Where Waters Meet, 2019

[2.31 atmospheres]
[3.75 atmospheres]
[3.35 atmospheres]
[2.98 atmospheres]
[3.93 atmospheres]
[3.66 atmospheres]
[3.18 atmospheres]
[3.43 atmospheres]
[3.70 atmospheres]
[3.98 atmospheres]
[3.77 atmospheres]

Anticlockwise from the right

Archival pigment print on Hahnemühle Photo Rag Ultra Smooth paper

In his photographic series Where Waters Meet, Charrière captures the ghostly apparitions of naked free divers descending into the abyss of aquatic caves in Mexico known as cenotes. As the divers’ bodies penetrate the chemocline— an obscure and uncanny layer of bottom water full of sulfurous bacteria—they appear to dissolve in both pictorial and metaphorical terms, sinking not only toward the seafloor but into their psyches, entering a state of togetherness with their surroundings which Sigmund Freud described as the oceanic feeling—of being bound with and belonging to the whole of the world outside oneself. It was a primal sensation which Freud believed may underpin the human longing for transcendence; similarly, the iconographic subconscious conjures up a sea of metaphorical allusions when looking at Where Waters Meet.

The series figures both this metaphysical dive and the physical descent by the divers themselves. For the latter, water emerges not as an environment, but as a mirror—one that reflects only to a limit, before turning to absorption.

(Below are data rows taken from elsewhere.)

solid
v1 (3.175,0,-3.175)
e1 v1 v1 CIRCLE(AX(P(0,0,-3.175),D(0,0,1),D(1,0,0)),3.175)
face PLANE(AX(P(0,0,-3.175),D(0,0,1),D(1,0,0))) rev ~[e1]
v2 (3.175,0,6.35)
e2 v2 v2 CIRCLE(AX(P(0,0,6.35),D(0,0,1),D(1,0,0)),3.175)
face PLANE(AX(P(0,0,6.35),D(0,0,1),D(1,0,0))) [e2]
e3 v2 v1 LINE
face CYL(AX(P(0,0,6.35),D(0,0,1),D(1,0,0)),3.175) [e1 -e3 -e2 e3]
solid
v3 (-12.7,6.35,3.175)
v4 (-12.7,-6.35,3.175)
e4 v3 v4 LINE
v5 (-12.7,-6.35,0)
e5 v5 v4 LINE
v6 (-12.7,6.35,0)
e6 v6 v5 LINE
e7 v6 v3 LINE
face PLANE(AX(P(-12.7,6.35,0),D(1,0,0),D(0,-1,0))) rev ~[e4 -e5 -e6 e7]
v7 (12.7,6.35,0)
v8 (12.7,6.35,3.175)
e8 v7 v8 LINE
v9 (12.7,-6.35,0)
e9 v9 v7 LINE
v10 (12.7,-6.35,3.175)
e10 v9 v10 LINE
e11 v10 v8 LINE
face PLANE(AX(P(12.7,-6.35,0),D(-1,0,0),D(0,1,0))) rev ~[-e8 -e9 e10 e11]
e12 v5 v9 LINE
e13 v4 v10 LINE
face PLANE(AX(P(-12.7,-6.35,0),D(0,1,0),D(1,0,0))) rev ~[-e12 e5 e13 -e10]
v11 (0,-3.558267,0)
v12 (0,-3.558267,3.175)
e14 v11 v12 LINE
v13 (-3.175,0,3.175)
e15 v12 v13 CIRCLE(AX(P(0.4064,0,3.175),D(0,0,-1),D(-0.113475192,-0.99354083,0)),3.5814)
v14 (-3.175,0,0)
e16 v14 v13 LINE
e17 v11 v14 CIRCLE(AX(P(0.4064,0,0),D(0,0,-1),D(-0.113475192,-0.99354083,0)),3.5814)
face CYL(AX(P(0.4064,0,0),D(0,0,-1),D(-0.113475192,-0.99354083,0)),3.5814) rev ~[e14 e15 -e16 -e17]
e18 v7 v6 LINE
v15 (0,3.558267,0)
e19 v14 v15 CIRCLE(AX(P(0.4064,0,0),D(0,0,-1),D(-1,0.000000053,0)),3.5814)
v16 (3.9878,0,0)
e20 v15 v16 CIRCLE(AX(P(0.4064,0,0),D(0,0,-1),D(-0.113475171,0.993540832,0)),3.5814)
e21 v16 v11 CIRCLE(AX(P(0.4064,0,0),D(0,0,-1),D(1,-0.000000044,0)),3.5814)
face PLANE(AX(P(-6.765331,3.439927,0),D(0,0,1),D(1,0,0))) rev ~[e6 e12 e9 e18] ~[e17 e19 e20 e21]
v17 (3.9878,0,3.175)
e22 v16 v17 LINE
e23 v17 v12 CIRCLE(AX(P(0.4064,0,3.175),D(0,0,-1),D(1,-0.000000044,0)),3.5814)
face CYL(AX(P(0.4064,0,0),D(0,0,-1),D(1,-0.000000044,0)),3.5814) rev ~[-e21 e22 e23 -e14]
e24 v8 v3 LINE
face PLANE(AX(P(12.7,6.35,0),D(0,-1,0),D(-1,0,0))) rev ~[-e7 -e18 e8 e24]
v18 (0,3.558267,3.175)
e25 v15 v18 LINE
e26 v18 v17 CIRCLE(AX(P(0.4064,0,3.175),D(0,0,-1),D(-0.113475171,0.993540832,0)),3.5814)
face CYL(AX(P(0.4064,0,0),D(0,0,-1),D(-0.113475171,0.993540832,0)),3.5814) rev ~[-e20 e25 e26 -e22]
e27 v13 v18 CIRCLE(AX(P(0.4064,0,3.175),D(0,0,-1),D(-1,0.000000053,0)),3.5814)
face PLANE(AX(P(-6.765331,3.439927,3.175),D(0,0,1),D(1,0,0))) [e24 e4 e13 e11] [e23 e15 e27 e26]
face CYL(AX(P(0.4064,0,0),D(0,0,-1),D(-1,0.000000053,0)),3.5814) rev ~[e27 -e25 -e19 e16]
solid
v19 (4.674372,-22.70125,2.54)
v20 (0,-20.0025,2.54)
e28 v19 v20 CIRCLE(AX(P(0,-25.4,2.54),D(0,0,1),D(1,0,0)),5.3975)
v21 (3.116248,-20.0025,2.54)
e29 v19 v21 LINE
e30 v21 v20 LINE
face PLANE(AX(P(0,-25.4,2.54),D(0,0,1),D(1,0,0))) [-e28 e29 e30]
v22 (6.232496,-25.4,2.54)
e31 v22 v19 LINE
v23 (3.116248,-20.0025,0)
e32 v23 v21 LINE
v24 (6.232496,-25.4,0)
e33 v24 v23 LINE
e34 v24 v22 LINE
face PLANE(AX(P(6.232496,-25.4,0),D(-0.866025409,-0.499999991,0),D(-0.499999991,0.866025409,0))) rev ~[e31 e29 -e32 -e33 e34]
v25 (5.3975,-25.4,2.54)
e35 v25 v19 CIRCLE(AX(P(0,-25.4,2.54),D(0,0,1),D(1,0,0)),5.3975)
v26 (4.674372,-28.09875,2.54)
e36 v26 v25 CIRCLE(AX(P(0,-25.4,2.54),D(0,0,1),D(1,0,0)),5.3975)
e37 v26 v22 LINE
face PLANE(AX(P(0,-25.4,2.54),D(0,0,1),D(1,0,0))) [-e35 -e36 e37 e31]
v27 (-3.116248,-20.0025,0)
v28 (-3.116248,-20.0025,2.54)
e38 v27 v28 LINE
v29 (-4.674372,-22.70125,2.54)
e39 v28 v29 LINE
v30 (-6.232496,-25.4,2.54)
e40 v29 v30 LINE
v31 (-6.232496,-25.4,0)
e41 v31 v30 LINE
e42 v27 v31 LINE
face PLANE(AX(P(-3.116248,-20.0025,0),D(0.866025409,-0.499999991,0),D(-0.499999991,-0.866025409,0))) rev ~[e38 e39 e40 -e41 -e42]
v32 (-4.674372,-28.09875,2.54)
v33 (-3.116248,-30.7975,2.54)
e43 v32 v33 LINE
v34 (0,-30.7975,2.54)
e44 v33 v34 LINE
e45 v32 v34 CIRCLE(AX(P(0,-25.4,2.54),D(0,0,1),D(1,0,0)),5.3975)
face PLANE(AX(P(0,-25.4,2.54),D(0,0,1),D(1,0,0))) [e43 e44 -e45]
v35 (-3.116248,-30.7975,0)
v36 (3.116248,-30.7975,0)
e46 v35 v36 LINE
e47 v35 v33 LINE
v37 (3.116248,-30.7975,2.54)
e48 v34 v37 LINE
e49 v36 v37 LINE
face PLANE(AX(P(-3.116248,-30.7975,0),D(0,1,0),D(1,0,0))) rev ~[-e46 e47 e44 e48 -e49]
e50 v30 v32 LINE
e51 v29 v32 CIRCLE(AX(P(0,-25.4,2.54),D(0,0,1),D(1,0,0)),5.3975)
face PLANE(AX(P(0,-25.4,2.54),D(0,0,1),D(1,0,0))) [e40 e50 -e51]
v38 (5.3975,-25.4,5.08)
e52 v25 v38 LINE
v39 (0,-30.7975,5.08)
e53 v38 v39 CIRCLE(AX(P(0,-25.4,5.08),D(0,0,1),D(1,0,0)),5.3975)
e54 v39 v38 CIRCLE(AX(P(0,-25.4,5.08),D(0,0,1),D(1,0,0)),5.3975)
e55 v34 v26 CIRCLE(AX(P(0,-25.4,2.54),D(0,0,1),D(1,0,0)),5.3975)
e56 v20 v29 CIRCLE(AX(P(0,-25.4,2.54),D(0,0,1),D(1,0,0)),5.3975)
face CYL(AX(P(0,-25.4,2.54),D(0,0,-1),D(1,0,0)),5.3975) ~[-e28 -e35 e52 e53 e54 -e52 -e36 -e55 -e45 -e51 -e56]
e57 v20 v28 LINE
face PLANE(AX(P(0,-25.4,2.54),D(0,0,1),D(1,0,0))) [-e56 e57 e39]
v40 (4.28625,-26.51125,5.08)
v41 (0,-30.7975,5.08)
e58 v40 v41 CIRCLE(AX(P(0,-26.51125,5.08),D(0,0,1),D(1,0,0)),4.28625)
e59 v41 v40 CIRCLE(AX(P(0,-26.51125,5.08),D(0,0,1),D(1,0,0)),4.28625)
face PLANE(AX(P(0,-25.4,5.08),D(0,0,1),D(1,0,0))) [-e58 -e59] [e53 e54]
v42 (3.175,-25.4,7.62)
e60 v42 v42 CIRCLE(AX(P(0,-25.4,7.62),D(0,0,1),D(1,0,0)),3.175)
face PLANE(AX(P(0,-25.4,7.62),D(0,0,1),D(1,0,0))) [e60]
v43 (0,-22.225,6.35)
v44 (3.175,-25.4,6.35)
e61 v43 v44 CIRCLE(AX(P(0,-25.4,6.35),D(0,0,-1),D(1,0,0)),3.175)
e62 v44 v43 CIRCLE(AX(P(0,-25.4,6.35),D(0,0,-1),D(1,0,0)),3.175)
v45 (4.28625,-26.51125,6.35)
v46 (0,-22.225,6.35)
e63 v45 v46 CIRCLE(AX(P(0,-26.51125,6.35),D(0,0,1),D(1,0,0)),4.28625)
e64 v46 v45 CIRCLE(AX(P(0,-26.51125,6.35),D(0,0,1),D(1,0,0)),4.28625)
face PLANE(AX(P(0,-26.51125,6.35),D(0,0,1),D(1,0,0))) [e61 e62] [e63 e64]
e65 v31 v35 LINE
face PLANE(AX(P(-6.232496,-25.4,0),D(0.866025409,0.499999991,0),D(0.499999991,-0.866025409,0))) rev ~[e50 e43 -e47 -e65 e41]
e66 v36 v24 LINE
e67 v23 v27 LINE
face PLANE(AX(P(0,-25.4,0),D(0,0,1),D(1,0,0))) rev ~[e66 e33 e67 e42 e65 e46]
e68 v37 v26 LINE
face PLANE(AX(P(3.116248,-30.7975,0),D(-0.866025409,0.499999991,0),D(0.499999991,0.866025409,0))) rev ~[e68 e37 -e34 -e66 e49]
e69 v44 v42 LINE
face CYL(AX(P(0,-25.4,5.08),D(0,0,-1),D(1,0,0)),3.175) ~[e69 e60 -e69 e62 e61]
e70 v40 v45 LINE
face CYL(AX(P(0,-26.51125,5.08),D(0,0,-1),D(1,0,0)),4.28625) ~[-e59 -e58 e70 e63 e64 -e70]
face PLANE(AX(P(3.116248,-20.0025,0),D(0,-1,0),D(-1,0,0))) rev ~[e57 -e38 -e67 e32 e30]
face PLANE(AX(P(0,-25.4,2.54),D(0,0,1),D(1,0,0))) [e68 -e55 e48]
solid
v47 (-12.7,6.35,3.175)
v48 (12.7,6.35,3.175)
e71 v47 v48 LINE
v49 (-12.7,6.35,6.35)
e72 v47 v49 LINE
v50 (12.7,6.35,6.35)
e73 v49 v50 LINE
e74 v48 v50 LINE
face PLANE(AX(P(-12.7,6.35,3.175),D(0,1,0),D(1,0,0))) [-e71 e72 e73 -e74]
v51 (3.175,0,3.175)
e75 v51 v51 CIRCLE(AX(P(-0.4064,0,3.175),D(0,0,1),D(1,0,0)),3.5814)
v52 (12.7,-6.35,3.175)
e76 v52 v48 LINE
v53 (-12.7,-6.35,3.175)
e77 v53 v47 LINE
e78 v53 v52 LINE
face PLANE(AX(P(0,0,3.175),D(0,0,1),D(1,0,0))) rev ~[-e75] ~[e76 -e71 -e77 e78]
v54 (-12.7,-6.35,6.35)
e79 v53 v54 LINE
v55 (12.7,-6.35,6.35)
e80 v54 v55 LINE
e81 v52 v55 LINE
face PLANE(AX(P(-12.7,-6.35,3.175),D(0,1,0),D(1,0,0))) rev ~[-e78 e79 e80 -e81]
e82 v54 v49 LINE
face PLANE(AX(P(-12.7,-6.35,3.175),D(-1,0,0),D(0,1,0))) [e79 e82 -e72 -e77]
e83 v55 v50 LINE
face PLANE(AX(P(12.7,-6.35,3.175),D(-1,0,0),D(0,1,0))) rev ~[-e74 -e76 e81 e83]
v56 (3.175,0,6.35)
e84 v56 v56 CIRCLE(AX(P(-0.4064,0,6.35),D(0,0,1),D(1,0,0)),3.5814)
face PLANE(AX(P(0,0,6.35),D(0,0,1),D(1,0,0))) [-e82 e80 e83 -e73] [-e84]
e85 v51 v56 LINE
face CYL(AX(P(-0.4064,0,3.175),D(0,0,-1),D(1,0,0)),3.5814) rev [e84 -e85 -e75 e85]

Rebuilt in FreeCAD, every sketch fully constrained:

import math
import FreeCAD as App
import Part
import Sketcher
from FreeCAD import Vector
Q = App.Units.Quantity

doc = App.newDocument("Part")
body = doc.addObject("PartDesign::Body", "Body")

# Sketch on XY plane
sketch1 = doc.addObject("Sketcher::SketchObject", "Sketch")
body.addObject(sketch1)
sketch1.AttachmentSupport = (doc.XY_Plane, [""])
sketch1.MapMode = "FlatFace"
sketch1.addGeometry([
    Part.LineSegment(Vector(-12.7, 6.3, 0), Vector(-12.7, -6.3, 0)),  # 0
    Part.LineSegment(Vector(-12.7, -6.3, 0), Vector(12.7, -6.3, 0)),  # 1
    Part.LineSegment(Vector(12.7, -6.3, 0), Vector(12.7, 6.3, 0)),  # 2
    Part.LineSegment(Vector(12.7, 6.3, 0), Vector(-12.7, 6.3, 0)),  # 3
    Part.ArcOfCircle(Part.Circle(Vector(0.4, 0, 0), Vector(0, 0, 1), 3.6), math.radians(-180), math.radians(-97)),  # 4
    Part.ArcOfCircle(Part.Circle(Vector(0.4, 0, 0), Vector(0, 0, 1), 3.6), math.radians(97), math.radians(180)),  # 5
    Part.ArcOfCircle(Part.Circle(Vector(0.4, 0, 0), Vector(0, 0, 1), 3.6), math.radians(0), math.radians(97)),  # 6
    Part.ArcOfCircle(Part.Circle(Vector(0.4, 0, 0), Vector(0, 0, 1), 3.6), math.radians(-97), math.radians(0)),  # 7
], False)
sketch1.addConstraint([
    Sketcher.Constraint("Coincident", 0, 2, 1, 1),
    Sketcher.Constraint("Coincident", 1, 2, 2, 1),
    Sketcher.Constraint("Coincident", 2, 2, 3, 1),
    Sketcher.Constraint("Coincident", 3, 2, 0, 1),
    Sketcher.Constraint("Tangent", 4, 1, 5, 2),
    Sketcher.Constraint("Tangent", 5, 1, 6, 2),
    Sketcher.Constraint("Tangent", 6, 1, 7, 2),
    Sketcher.Constraint("Tangent", 7, 1, 4, 2),
    Sketcher.Constraint("Vertical", 0),
    Sketcher.Constraint("Horizontal", 1),
    Sketcher.Constraint("Vertical", 2),
    Sketcher.Constraint("Horizontal", 3),
    Sketcher.Constraint("Equal", 4, 5),
    Sketcher.Constraint("Symmetric", 0, 2, 2, 2, -1, 1),
    Sketcher.Constraint("Symmetric", 5, 1, 7, 1, -1, 1),
    Sketcher.Constraint("PointOnObject", 4, 3, -1),
    Sketcher.Constraint("PointOnObject", 4, 1, -1),
    Sketcher.Constraint("PointOnObject", 6, 1, -1),
    Sketcher.Constraint("DistanceX", 1, 1, 1, 2, Q("1 in")),
    Sketcher.Constraint("DistanceY", 0, 2, 0, 1, Q("0.5 in")),
    Sketcher.Constraint("Radius", 4, Q("0.141 in")),
    Sketcher.Constraint("DistanceX", -1, 1, 4, 3, Q("0.016 in")),
])
pad1 = doc.addObject("PartDesign::Pad", "Pad")
body.addObject(pad1)
pad1.Profile = sketch1
pad1.Length = Q("0.125 in")
body2 = doc.addObject("PartDesign::Body", "Body001")

# Sketch on XY plane
sketch2 = doc.addObject("Sketcher::SketchObject", "Sketch001")
body2.addObject(sketch2)
sketch2.AttachmentSupport = (doc.getObject("XY_Plane001"), [""])
sketch2.MapMode = "FlatFace"
sketch2.AttachmentOffset = App.Placement(Vector(0, 0, 0.125 * 25.4), App.Rotation())
sketch2.addGeometry([
    Part.LineSegment(Vector(-12.7, 6.3, 0), Vector(-12.7, -6.3, 0)),  # 0
    Part.LineSegment(Vector(-12.7, -6.3, 0), Vector(12.7, -6.3, 0)),  # 1
    Part.LineSegment(Vector(12.7, -6.3, 0), Vector(12.7, 6.3, 0)),  # 2
    Part.LineSegment(Vector(12.7, 6.3, 0), Vector(-12.7, 6.3, 0)),  # 3
    Part.Circle(Vector(-0.4, 0, 0), Vector(0, 0, 1), 3.6),  # 4
], False)
sketch2.addConstraint([
    Sketcher.Constraint("Coincident", 0, 2, 1, 1),
    Sketcher.Constraint("Coincident", 1, 2, 2, 1),
    Sketcher.Constraint("Coincident", 2, 2, 3, 1),
    Sketcher.Constraint("Coincident", 3, 2, 0, 1),
    Sketcher.Constraint("Vertical", 0),
    Sketcher.Constraint("Horizontal", 1),
    Sketcher.Constraint("Vertical", 2),
    Sketcher.Constraint("Horizontal", 3),
    Sketcher.Constraint("Symmetric", 0, 2, 2, 2, -1, 1),
    Sketcher.Constraint("PointOnObject", 4, 3, -1),
    Sketcher.Constraint("DistanceX", 1, 1, 1, 2, Q("1 in")),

The divers first encounter themselves on this liquid surface, meeting their own gaze on its fluid veneer, only to pass beyond it and leave the familiar image behind. Here they enter a realm where only the pressured depth remains. The ocean, then, becomes not merely a backdrop for the oceanic feeling, but its very embodiment—a space where self and world blur.

By depicting the chemocline, the series contributes to a picture of the oceanic system that has grown significantly more complex in recent decades, where such worlds within worlds are relatively recent discover­ies. As we come to better understand the sea, domains from evolutionary theory through to climate science are being quietly transformed. Sliding into this previously silent (unseen and unthought) realm, Charrière’s free divers seem caught in some kind of a dance; a graceful fall. From where— and to what?